As described in Radiative transfer settings, it is possible to specify which gridded physical quantities should be output after the radiative transfer. For example, by default, the values of the specific energy absorbed in each cell are output, and this can be used to determine the temperature in each cell.
To access these gridded physical quantities, first access the model output file with:
from hyperion.model import ModelOutput
m = ModelOutput('output_file.rtout')
then make use of the get_quantities method to extract a grid object:
grid = m.get_quantities()
By default, this will extract the physical quantities from the last iteration, but it is also possible to extract quantities from previous iterations, e.g.:
grid = m.get_quantities(iteration=1)
The value of iteration should be zero-based, so 1 indicates the second iteration.
The grid variable now contains both the geometrical information about the grid, and the quantities output in the iteration specified. How this information is accessed depends on the grid type, as described below.
For regular 3-d grids, the position of the center of the cells can be accessed with the x, y, and z attributes for cartesian grids, the w, z, and p attributes for cylindrical polar grids, and the r, t, and p attributes for spherical polar grids. These are 1-d arrays, but it is also possible to retrieve 3-d versions of these arrays by adding g in front, e.g. gx, gy, and gz. It is also possible to retrieve the original wall positions by adding the _wall suffix to the 1-d array names, e.g. x_wall, y_wall, and z_wall.
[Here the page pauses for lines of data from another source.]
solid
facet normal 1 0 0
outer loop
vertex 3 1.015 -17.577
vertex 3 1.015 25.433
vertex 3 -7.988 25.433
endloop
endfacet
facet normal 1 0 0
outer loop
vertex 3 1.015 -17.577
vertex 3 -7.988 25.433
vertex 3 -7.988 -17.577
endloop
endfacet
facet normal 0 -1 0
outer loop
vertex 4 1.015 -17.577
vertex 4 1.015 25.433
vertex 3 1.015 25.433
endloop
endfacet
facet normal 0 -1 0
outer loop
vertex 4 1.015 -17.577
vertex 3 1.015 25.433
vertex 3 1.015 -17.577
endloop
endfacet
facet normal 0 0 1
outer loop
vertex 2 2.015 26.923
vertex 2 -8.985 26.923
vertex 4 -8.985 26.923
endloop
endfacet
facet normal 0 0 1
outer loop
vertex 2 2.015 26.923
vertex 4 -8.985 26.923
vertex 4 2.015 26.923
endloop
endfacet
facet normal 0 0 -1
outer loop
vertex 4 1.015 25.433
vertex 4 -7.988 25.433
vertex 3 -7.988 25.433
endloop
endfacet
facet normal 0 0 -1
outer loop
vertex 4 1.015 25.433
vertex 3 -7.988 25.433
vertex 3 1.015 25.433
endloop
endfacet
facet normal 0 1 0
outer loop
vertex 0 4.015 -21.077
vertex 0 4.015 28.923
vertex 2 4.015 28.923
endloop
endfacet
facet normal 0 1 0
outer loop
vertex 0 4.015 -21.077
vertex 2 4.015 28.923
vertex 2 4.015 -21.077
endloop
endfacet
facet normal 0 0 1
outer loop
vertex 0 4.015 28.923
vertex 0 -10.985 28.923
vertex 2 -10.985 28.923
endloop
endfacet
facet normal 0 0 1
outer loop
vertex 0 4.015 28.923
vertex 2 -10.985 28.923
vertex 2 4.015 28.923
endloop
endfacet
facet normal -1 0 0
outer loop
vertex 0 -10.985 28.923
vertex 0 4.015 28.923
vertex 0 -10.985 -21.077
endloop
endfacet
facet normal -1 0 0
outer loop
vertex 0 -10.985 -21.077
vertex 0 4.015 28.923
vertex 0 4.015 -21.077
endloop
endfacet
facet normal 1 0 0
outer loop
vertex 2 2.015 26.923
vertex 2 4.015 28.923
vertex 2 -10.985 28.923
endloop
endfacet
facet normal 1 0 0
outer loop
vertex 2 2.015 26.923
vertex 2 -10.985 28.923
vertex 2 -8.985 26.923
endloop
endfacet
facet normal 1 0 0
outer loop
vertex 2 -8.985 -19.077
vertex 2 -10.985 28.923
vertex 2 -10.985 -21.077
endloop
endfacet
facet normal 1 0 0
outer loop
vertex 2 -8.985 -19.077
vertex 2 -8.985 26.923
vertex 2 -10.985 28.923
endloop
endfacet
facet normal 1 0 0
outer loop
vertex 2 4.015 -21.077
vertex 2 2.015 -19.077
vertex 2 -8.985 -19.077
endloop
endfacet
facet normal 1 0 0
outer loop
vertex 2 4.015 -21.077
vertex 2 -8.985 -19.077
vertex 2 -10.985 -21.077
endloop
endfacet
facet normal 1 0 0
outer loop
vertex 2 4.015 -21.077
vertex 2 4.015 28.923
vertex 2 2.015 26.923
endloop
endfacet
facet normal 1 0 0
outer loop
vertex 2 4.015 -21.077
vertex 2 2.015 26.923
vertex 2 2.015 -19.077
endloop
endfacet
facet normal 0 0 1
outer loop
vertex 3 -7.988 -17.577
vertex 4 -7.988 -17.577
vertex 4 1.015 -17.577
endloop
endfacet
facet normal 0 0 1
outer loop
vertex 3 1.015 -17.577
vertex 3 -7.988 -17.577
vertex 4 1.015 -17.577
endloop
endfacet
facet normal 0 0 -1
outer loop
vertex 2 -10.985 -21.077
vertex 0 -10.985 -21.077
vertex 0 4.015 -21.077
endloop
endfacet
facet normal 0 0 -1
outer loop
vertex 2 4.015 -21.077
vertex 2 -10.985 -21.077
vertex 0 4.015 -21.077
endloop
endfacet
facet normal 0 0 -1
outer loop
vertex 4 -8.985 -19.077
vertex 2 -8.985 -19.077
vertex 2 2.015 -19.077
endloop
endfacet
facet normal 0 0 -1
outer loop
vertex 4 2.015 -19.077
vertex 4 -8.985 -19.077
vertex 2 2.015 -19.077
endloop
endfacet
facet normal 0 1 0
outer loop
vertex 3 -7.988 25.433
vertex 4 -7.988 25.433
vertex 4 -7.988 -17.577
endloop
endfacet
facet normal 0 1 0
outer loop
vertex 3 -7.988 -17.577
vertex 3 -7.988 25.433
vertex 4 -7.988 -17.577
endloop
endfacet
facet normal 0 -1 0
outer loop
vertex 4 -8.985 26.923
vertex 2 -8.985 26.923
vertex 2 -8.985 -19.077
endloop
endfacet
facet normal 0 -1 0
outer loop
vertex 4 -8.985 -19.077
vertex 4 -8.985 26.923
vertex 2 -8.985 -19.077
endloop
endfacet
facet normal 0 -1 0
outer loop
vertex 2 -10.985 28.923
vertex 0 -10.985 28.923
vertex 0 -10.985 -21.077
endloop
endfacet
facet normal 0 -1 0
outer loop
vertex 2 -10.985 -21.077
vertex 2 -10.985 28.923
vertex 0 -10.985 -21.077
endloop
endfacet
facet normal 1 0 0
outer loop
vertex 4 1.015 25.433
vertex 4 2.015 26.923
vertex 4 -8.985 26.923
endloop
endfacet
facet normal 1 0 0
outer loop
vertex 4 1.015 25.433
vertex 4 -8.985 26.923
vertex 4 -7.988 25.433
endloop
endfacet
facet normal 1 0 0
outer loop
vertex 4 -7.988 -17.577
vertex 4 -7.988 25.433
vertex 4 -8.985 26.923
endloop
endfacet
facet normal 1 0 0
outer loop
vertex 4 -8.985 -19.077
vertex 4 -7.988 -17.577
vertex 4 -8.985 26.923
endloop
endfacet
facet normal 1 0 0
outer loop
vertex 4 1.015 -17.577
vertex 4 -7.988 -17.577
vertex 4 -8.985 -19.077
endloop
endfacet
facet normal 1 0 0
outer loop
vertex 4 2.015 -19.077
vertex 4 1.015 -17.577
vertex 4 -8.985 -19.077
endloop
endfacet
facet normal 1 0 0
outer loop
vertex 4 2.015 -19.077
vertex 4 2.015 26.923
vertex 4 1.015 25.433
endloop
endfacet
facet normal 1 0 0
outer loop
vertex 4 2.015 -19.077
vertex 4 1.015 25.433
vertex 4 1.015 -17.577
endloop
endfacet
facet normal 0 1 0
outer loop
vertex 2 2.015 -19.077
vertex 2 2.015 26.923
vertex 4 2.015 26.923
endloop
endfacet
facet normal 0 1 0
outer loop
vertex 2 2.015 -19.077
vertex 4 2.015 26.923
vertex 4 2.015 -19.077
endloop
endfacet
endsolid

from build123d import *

# Parameters (mm, degrees)
SKETCH2_W           = 50
SKETCH2_H           = 15
BOSS_EXTRUDE1_DEPTH = 2
SKETCH4_W           = 46
SKETCH4_H           = 11
BOSS_EXTRUDE2_DEPTH = 2
SKETCH5_W           = 43.009657984
SKETCH5_H           = 9.00272897
CUT_EXTRUDE1_DEPTH  = 1


with BuildPart() as part:
    # Sketch2 → Boss-Extrude1 (new body)
    with BuildSketch(Plane(origin=(0, 0, 0), x_dir=(0, 0, -1), z_dir=(1, 0, 0))):
        with Locations((-3.923357664, -3.48540146)):
            Rectangle(SKETCH2_W, SKETCH2_H)
    extrude(amount=BOSS_EXTRUDE1_DEPTH)

    # Sketch4 → Boss-Extrude2 (add)
    with BuildSketch(Plane(origin=(2, 0, 0), x_dir=(0, 0, -1), z_dir=(1, 0, 0))):
        with Locations((-3.923357664, -3.48540146)):
            Rectangle(SKETCH4_W, SKETCH4_H)
    extrude(amount=BOSS_EXTRUDE2_DEPTH)

    # Sketch5 → Cut-Extrude1 (cut)
    with BuildSketch(Plane(origin=(4, 0, 0), x_dir=(0, 0, -1), z_dir=(1, 0, 0))):
        with Locations((-3.928186656, -3.486765945)):
            Rectangle(SKETCH5_W, SKETCH5_H)
    extrude(amount=-CUT_EXTRUDE1_DEPTH, mode=Mode.SUBTRACT)


solid = part.part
The physical quantities are stored in a dictionary called quantities, where each element in the dictionary is a quantity, and each quantity is stored as a list with as many elements as dust types. Each element is a 3-d Numpy array. Therefore, you can access for example the specific_energy values for the first dust type with:
values = g.quantities['specific_energy'][0]
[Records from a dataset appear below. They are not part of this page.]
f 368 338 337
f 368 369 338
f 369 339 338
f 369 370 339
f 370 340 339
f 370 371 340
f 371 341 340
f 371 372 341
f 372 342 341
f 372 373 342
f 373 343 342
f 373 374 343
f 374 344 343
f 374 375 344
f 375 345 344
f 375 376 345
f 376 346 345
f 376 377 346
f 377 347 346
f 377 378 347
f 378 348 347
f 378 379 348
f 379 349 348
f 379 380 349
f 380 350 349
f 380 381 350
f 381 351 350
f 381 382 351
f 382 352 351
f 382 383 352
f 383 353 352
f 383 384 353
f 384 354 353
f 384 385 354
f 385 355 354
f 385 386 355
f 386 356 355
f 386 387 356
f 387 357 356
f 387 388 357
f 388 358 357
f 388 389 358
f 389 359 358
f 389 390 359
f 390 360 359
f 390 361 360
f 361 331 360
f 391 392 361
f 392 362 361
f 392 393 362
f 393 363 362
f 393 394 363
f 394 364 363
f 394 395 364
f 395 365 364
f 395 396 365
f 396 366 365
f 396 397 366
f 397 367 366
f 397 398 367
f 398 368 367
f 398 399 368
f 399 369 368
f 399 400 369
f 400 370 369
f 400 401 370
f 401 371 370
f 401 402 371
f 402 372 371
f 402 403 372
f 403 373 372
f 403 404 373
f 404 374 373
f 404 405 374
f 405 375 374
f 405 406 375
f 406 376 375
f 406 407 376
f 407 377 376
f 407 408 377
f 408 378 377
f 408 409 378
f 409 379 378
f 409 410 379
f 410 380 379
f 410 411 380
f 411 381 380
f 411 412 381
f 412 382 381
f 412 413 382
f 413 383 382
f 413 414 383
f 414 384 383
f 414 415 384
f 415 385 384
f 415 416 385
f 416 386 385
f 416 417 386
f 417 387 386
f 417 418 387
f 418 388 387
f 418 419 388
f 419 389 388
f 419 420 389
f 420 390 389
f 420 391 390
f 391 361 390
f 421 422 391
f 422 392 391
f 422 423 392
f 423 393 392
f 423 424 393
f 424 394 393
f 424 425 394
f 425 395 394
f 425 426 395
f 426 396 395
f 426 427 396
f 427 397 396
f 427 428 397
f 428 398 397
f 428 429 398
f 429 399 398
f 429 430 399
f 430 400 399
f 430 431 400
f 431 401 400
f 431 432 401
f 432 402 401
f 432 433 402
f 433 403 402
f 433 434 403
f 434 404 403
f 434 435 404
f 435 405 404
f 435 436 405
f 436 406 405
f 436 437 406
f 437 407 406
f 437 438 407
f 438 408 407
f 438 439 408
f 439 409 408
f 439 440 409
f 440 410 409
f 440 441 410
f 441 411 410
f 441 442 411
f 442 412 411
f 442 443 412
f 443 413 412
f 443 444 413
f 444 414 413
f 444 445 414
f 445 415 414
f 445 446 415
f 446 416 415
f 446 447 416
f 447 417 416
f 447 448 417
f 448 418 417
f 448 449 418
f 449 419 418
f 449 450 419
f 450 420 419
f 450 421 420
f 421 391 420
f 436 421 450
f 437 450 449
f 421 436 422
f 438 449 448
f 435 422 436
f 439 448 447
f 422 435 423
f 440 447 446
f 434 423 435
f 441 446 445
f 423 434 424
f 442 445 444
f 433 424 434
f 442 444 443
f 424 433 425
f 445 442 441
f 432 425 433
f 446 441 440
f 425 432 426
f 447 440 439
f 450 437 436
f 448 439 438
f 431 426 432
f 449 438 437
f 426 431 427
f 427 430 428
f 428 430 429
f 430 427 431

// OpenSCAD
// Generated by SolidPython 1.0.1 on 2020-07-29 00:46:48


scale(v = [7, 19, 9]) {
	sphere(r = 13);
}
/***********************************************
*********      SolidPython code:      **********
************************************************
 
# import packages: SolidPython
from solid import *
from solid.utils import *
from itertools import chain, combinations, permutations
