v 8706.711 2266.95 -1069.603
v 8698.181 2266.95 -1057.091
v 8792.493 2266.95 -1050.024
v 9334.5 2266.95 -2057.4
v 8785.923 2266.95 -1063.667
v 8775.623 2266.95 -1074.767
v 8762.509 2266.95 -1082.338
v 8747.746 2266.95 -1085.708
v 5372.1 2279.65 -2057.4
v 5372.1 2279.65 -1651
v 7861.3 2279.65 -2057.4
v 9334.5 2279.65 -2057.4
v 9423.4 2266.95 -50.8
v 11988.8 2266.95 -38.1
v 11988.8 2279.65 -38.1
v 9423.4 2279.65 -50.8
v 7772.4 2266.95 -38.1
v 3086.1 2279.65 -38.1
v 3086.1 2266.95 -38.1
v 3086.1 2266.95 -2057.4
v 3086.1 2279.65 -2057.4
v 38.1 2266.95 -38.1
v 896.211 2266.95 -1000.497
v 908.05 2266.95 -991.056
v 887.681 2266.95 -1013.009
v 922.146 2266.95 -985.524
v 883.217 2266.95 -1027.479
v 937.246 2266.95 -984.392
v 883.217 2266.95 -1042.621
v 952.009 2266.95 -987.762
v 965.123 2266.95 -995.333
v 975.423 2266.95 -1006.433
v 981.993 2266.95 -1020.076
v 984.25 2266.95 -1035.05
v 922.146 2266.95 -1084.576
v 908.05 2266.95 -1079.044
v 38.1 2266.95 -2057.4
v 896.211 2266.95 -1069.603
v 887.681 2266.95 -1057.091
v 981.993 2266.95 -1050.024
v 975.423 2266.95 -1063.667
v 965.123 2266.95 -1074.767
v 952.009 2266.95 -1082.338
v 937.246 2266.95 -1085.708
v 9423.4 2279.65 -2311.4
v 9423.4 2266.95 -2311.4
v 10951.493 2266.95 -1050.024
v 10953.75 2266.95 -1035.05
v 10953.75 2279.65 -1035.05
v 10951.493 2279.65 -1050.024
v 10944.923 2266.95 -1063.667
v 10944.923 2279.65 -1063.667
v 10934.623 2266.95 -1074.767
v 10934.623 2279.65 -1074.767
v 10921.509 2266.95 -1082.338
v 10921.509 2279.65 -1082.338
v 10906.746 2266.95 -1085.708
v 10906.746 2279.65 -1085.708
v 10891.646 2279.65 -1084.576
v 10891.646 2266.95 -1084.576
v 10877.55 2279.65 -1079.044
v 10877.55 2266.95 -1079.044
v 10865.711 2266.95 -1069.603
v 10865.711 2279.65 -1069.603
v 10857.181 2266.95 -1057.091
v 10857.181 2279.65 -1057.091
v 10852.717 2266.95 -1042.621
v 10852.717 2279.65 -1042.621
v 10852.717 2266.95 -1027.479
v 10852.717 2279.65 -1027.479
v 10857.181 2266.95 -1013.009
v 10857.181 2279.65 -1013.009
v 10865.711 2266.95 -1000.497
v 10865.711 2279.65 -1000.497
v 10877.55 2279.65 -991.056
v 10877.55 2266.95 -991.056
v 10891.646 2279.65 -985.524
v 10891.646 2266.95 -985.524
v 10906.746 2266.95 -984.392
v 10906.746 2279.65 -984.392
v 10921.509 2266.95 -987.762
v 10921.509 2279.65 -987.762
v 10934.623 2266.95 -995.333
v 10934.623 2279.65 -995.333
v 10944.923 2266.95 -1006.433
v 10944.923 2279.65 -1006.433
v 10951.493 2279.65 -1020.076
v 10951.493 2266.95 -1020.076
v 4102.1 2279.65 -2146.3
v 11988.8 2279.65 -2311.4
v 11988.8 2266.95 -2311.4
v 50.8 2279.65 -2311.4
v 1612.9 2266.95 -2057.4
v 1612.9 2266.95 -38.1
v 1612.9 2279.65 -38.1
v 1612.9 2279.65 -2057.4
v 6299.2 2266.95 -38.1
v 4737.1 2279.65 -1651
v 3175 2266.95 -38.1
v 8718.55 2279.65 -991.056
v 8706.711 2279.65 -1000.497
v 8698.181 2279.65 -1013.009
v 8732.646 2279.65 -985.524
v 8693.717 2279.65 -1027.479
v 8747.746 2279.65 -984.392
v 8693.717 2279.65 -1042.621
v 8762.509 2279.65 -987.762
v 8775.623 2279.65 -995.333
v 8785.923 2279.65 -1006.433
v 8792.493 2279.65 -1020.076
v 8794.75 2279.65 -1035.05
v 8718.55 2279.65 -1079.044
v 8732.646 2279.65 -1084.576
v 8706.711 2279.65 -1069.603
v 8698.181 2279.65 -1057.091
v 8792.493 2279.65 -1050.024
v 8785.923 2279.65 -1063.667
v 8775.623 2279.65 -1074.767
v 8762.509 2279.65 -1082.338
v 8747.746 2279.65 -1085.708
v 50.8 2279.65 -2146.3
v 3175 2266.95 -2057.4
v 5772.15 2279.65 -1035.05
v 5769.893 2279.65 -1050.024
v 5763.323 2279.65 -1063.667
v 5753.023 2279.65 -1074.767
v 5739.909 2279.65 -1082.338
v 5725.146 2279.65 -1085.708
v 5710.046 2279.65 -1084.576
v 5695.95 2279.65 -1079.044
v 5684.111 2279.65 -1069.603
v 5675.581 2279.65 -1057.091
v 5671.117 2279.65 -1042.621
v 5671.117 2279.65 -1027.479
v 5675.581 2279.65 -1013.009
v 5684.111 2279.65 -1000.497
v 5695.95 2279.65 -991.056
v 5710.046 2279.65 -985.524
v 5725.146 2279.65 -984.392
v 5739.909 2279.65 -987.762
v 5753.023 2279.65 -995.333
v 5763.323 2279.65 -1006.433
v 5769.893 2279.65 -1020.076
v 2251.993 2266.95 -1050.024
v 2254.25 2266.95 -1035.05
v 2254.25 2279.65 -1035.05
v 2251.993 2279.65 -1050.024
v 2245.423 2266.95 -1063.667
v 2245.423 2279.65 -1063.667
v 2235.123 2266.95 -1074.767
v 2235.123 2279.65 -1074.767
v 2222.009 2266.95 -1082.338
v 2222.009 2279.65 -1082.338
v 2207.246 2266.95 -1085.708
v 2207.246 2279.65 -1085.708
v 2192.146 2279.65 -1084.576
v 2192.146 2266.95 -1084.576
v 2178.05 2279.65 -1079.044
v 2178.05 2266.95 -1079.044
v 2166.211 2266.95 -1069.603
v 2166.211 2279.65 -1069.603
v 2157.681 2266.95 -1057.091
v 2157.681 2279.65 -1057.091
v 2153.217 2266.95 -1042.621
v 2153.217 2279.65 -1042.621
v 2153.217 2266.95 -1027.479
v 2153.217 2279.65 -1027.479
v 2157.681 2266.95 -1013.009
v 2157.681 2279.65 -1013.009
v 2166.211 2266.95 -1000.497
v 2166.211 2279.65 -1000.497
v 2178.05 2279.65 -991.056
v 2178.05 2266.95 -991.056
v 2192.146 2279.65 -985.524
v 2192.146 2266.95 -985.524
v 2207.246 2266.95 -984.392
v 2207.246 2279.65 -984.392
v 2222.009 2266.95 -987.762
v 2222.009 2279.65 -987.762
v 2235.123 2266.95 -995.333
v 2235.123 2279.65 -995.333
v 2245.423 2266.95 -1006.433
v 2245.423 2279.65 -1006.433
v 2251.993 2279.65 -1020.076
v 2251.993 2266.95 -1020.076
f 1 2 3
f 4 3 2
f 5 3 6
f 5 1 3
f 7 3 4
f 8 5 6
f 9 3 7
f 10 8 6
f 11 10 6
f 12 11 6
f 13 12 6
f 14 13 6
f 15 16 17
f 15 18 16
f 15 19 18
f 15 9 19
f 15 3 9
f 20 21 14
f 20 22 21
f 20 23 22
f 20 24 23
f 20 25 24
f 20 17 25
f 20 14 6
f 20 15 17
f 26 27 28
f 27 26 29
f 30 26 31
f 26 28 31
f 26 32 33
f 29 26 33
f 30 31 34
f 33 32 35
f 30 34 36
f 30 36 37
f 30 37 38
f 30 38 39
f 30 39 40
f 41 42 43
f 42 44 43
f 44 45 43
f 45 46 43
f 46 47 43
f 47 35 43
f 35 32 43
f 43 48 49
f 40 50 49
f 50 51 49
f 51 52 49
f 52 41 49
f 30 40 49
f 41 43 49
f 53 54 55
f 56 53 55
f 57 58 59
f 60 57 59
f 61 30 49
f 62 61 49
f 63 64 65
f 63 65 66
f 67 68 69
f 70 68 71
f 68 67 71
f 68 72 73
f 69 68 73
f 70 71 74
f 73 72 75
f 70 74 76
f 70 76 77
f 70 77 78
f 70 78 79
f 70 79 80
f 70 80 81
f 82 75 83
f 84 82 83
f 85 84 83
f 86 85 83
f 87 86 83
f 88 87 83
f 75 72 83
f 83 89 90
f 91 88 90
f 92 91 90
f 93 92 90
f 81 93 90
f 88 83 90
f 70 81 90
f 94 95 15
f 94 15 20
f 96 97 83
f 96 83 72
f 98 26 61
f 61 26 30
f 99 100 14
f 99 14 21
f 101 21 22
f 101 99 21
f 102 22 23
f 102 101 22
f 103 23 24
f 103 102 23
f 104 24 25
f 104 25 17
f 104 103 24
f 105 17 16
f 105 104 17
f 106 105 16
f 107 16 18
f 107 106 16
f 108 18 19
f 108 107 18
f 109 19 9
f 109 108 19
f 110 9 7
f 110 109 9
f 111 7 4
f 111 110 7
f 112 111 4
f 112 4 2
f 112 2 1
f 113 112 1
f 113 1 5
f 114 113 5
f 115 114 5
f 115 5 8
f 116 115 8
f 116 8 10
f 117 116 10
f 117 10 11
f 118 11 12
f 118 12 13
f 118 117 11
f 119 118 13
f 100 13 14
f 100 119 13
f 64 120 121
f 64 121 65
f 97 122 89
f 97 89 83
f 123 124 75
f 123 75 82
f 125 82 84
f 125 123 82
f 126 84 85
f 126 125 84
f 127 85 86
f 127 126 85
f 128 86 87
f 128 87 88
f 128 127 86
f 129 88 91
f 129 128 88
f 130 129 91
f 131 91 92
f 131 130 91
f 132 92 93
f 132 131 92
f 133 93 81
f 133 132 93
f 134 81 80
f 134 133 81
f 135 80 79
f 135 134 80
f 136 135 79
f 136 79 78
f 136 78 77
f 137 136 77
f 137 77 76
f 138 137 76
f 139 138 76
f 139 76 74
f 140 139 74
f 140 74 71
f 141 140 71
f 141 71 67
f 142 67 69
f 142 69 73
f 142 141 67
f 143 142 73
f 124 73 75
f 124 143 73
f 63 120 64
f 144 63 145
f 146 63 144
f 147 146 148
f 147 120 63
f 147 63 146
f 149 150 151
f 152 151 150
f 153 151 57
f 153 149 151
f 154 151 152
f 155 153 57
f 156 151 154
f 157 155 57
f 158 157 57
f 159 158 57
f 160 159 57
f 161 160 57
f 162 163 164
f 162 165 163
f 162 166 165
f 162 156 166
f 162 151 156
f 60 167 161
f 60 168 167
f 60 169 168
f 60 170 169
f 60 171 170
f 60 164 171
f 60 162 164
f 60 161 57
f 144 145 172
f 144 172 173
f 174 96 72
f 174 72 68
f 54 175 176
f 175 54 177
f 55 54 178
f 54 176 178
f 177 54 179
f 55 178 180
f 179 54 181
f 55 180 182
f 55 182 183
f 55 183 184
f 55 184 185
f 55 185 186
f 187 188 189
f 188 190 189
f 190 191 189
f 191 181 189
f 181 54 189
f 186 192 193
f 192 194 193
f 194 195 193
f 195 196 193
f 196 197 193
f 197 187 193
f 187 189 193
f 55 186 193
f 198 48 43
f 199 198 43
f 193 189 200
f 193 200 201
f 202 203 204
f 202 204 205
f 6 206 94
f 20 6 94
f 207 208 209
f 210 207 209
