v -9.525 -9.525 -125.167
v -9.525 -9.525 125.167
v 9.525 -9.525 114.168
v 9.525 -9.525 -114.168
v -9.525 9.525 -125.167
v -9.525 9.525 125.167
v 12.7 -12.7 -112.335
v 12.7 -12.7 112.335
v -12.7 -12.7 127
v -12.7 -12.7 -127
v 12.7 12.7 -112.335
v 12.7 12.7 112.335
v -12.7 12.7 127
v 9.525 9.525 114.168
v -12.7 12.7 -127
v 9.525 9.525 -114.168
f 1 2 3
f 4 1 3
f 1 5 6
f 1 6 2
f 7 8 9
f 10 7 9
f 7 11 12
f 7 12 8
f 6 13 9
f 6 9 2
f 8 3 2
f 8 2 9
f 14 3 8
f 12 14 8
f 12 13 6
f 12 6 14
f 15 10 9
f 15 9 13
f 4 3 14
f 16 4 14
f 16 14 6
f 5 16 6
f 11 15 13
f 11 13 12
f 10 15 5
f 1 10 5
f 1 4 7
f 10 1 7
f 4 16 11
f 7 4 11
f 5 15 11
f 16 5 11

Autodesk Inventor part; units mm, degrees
ref_plane "YZ Plane" through (0, 0, 0) normal (1, 0, 0) x (0, 1, 0)
ref_plane "XZ Plane" through (0, 0, 0) normal (0, 1, 0) x (-1, 0, 0)
ref_plane "XY Plane" through (0, 0, 0) normal (0, 0, 1) x (1, 0, 0)
sketch "Sketch1" plane through (0, 0, 0) normal (0, 0, 1) x (1, 0, 0)
  line L0 (-17.78, 0) -> (17.78, 0) projected
  line L1 (0, -17.78) -> (0, 17.78) projected
  line L2 (-12.7, 12.7) -> (12.7, 12.7)
  line L3 (12.7, 12.7) -> (12.7, -12.7)
  line L4 (12.7, -12.7) -> (-12.7, -12.7)
  line L5 (-12.7, -12.7) -> (-12.7, 12.7)
  line L6 (9.525, 9.525) -> (-9.525, 9.525)
  line L7 (-9.525, 9.525) -> (-9.525, -9.525)
  line L8 (-9.525, -9.525) -> (9.525, -9.525)
  line L9 (9.525, -9.525) -> (9.525, 9.525)
  point P0 (0, 0)
  point P1 (-12.7, 0)
  point P2 (0, 12.7)
  dimension "d0" = 25.4
  dimension "d1" = 3.175
extrude "Extrusion1" add sketch "Sketch1" along normal mid plane 254 contours L5 L2 L1 L6 L7 L0 | L0 L7 L8 L1 L4 L5 | L1 L8 L9 L0 L3 L4 | L2 L3 L0 L9 L6 L1
sketch "Sketch3" plane through (-12.7, 12.7, 127) normal (0, 1, 0) x (1, 0, 0)
  line L0 (0, 0) -> (25.4, 0) projected
  line L1 (25.4, 0) -> (25.4, 254) projected
  line L2 (0, 0) -> (25.4, 14.6647)
  line L3 (0, 0) -> (25.4, 0)
  line L4 (25.4, 14.6647) -> (25.4, 0)
  point P0 (12.7, 127)
  dimension "d7" = 30
extrude "Extrusion3" cut sketch "Sketch3" against normal through all
sketch "Sketch4" plane through (-12.7, 12.7, -127) normal (0, 1, 0) x (1, 0, 0)
  line L0 (25.4, -239.3353) -> (25.4, 0) projected
  line L1 (25.4, 0) -> (0, 0) projected
  line L2 (0, 0) -> (25.4, -14.6647)
  line L3 (25.4, 0) -> (25.4, -14.6647)
  line L4 (25.4, 0) -> (0, 0)
  point P0 (12.7, -127)
  dimension "d10" = 30
extrude "Extrusion4" cut sketch "Sketch4" against normal through all
properties part number "tubing_template_0.125" material "Aluminum-6061"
However, it is also possible to access this with a more convenient notation:
values = g['specific_energy'][0].array
Although the temperature values are not ever directly present in the output file, if the specific energy values are present, get_quantities will automatically calculate and make available the temperature quantity which can be accessed as above with:
values = g['temperature'][0].array
In Visualizing physical quantities for regular 3-d grids, we show how to visualize this information.
When extracting an AMR grid using get_quantities(), an AMRGrid object is returned. This object contains an attribute named levels that is a list of Level objects. Each Level object contains a grids attribute that is a list of Grid objects, which in turn have attributes xmin, xmax, ymin, ymax, zmin, zmax, nx, ny, and nz which give the boundaries and number of cells in each direction in the grid (this format is described in more detail in AMR Grids).
Since this is not easy to visualize, Hyperion includes an interface to the yt package for AMR grids. If you extracted the quantities with:
amr = m.get_quantities()
you can call the following method to output a StreamStaticOutput yt object that can be directly used for plotting in yt:
pf = amr.to_yt()
where pf is a yt StaticOutput object. See Visualizing physical quantities from adaptive grids with yt for more details and a plotting tutorial.
When extracting an Octree grid using get_quantities(), an OctreeGrid object is returned. The format of this object is described in detail in Octree Grids.
As for AMR grids, Hyperion includes an interface to the yt package for Octree grids. If you extracted the quantities with:
oct = m.get_quantities()
you can call the following method to output a StreamStaticOutput yt object that can be directly used for plotting in yt:
pf = oct.to_yt()
where pf is a yt StaticOutput object. See Visualizing physical quantities from adaptive grids with yt for more details and a plotting tutorial.